■ Goal of the exercise
The answer must consist of every line below that holds the word "radius".

Stored items:
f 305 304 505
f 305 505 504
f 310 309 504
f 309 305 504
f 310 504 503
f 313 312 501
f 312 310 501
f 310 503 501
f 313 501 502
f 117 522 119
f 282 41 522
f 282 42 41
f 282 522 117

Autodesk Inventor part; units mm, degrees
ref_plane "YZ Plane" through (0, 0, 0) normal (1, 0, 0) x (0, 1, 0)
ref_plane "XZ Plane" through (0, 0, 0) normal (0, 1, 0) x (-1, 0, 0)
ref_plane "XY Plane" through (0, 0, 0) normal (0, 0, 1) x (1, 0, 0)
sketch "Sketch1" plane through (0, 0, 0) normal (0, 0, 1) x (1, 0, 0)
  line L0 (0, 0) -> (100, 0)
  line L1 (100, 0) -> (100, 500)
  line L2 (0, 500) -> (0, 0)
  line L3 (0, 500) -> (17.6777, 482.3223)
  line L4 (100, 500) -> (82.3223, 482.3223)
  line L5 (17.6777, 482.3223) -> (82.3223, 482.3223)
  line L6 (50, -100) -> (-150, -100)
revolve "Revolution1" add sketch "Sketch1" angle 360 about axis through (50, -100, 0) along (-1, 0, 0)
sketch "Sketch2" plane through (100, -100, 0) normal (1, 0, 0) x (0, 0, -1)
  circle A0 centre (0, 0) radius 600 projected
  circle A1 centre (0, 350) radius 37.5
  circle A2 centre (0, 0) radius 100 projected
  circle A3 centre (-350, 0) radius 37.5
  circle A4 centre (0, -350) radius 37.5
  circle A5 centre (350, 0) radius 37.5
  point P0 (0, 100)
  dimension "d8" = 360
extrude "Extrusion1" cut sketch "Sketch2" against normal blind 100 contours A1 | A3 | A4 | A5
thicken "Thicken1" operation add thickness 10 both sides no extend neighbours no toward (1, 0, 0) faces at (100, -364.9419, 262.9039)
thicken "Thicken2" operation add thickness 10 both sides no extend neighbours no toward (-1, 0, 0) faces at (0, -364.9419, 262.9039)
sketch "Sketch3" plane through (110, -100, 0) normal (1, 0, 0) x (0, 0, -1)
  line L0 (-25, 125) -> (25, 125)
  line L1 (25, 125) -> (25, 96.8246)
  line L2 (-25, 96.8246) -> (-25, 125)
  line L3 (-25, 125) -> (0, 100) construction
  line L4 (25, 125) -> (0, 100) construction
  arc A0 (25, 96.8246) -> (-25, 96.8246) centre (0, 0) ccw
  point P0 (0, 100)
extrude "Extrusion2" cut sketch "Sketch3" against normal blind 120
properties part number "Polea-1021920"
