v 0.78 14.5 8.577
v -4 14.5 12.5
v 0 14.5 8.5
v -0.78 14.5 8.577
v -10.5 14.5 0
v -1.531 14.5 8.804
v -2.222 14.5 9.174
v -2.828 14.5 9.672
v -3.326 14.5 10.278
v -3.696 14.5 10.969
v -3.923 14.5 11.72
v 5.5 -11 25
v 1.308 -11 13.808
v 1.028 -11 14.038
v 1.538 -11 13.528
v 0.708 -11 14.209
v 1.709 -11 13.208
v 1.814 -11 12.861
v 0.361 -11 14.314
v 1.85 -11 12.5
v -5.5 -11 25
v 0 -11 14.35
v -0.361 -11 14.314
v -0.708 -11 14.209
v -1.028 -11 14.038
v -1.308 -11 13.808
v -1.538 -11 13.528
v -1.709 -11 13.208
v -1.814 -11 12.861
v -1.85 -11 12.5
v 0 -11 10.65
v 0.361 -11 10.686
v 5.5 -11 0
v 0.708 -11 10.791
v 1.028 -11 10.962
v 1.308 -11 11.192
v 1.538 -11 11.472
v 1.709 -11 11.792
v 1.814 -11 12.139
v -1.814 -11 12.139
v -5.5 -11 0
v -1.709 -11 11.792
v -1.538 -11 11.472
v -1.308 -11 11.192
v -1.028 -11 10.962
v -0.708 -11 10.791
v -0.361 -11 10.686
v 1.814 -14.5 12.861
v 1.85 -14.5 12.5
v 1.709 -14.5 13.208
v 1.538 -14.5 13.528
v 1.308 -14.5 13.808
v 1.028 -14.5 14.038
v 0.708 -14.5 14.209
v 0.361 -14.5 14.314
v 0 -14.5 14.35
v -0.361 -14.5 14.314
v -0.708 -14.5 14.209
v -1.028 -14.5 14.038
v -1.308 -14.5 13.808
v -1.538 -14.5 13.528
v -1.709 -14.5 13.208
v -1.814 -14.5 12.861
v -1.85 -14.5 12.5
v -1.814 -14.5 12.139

==

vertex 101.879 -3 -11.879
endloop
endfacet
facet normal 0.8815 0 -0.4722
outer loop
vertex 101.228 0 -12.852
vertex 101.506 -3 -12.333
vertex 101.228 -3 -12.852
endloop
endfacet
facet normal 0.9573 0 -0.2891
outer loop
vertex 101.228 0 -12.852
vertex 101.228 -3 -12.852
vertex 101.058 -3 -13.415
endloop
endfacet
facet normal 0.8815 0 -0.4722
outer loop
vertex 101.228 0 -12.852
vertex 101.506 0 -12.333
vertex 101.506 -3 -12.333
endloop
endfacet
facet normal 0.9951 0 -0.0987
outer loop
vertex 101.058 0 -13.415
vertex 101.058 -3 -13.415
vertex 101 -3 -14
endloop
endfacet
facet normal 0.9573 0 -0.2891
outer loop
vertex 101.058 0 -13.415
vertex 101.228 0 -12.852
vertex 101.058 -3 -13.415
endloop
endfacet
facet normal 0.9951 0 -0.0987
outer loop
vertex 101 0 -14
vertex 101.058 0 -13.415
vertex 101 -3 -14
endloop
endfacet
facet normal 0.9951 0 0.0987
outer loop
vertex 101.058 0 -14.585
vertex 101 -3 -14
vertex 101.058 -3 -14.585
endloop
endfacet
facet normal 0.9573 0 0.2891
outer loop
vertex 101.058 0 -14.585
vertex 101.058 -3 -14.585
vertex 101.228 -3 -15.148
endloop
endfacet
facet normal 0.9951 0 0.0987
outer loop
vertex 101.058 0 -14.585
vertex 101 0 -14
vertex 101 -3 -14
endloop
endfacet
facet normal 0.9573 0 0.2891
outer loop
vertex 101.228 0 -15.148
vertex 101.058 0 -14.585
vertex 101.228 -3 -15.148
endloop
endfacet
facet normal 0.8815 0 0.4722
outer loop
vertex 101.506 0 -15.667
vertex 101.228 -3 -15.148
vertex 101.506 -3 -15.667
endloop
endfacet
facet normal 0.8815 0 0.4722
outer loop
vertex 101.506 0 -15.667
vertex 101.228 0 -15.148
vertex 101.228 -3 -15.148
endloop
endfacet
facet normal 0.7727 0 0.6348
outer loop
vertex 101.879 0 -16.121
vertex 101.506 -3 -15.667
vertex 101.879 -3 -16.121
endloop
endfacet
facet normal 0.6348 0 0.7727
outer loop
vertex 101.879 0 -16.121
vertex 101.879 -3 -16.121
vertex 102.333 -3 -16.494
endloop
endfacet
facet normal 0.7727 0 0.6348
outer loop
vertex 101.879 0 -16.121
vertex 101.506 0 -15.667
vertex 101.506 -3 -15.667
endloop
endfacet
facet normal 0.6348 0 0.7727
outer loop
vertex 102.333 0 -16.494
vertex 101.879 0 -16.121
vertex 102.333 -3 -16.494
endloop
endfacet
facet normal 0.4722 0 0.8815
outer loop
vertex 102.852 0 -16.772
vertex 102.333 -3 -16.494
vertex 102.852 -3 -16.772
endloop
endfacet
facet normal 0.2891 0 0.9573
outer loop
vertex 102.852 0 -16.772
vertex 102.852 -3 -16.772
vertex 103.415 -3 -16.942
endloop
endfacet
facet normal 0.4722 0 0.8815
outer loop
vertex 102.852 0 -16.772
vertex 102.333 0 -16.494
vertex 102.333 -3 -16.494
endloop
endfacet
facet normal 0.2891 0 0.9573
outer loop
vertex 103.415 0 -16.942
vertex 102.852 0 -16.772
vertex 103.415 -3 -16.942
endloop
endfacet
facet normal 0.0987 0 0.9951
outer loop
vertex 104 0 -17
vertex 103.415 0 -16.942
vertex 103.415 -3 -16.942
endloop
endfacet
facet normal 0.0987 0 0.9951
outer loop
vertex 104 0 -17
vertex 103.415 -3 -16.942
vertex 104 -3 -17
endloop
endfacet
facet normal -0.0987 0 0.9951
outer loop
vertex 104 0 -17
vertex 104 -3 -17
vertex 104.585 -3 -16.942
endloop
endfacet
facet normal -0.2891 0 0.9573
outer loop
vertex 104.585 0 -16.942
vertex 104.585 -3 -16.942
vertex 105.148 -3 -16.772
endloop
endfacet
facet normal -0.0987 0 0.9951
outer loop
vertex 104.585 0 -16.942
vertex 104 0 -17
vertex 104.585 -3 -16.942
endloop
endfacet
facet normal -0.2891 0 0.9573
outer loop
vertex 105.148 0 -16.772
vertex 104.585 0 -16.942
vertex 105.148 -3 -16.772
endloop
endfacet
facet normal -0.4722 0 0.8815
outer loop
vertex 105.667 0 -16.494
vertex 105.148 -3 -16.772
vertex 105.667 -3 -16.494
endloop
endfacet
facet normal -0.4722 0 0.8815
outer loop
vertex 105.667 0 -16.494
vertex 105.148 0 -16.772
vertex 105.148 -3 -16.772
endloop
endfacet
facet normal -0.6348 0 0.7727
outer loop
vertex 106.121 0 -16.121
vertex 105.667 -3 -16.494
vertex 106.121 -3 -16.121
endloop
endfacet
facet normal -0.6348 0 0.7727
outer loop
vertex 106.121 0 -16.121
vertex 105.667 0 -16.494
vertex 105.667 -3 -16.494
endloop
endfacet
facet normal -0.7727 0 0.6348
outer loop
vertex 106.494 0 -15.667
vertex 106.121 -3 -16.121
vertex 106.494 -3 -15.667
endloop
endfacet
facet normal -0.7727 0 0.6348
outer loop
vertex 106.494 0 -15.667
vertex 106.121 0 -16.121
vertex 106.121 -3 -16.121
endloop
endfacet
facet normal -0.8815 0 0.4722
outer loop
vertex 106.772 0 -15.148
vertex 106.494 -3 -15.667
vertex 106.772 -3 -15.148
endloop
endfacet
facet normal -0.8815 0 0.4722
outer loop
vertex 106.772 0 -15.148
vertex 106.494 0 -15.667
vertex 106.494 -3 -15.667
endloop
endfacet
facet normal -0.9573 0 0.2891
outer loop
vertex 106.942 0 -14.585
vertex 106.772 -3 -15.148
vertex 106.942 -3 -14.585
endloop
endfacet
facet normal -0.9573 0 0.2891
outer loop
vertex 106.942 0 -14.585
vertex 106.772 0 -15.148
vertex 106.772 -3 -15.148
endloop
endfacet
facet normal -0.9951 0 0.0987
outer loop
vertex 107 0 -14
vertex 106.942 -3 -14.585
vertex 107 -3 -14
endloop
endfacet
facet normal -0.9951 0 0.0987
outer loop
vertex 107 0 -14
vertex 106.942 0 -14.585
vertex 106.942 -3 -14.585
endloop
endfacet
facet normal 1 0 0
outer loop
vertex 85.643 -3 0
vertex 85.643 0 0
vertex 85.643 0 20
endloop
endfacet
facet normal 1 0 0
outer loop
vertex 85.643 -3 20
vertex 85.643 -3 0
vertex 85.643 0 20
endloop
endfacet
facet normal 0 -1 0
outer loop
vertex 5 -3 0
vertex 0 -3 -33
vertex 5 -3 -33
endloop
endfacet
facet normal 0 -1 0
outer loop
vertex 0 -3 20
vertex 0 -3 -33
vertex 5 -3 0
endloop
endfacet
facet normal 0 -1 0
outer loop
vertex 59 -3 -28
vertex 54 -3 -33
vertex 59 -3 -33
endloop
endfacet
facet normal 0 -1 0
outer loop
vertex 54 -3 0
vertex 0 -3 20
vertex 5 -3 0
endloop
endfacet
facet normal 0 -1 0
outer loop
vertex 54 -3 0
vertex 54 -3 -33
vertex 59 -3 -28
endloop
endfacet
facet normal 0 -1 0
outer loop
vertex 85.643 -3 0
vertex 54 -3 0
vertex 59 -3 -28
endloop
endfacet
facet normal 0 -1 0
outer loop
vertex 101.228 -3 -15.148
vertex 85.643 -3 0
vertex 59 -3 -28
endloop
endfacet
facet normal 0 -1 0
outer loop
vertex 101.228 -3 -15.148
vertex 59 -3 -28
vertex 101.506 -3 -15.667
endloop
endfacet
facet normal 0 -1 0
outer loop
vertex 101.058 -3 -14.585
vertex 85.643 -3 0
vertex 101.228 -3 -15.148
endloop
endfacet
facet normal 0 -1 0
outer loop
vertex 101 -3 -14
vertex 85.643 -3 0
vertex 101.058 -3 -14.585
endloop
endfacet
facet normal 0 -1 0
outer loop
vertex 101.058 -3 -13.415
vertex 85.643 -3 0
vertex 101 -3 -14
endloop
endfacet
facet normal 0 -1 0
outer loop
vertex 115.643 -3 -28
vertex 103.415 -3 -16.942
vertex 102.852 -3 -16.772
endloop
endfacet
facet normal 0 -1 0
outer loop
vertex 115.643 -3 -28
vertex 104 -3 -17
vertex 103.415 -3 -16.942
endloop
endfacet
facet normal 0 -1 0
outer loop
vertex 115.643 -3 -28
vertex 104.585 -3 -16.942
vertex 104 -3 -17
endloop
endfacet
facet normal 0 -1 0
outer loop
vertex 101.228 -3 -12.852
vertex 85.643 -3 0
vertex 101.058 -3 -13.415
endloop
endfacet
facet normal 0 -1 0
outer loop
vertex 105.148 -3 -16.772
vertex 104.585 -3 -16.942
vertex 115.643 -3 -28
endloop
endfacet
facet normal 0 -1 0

■ Finished exercise
  circle A0 centre (0, 0) radius 600 projected
  circle A1 centre (0, 350) radius 37.5
  circle A2 centre (0, 0) radius 100 projected
  circle A3 centre (-350, 0) radius 37.5
  circle A4 centre (0, -350) radius 37.5
  circle A5 centre (350, 0) radius 37.5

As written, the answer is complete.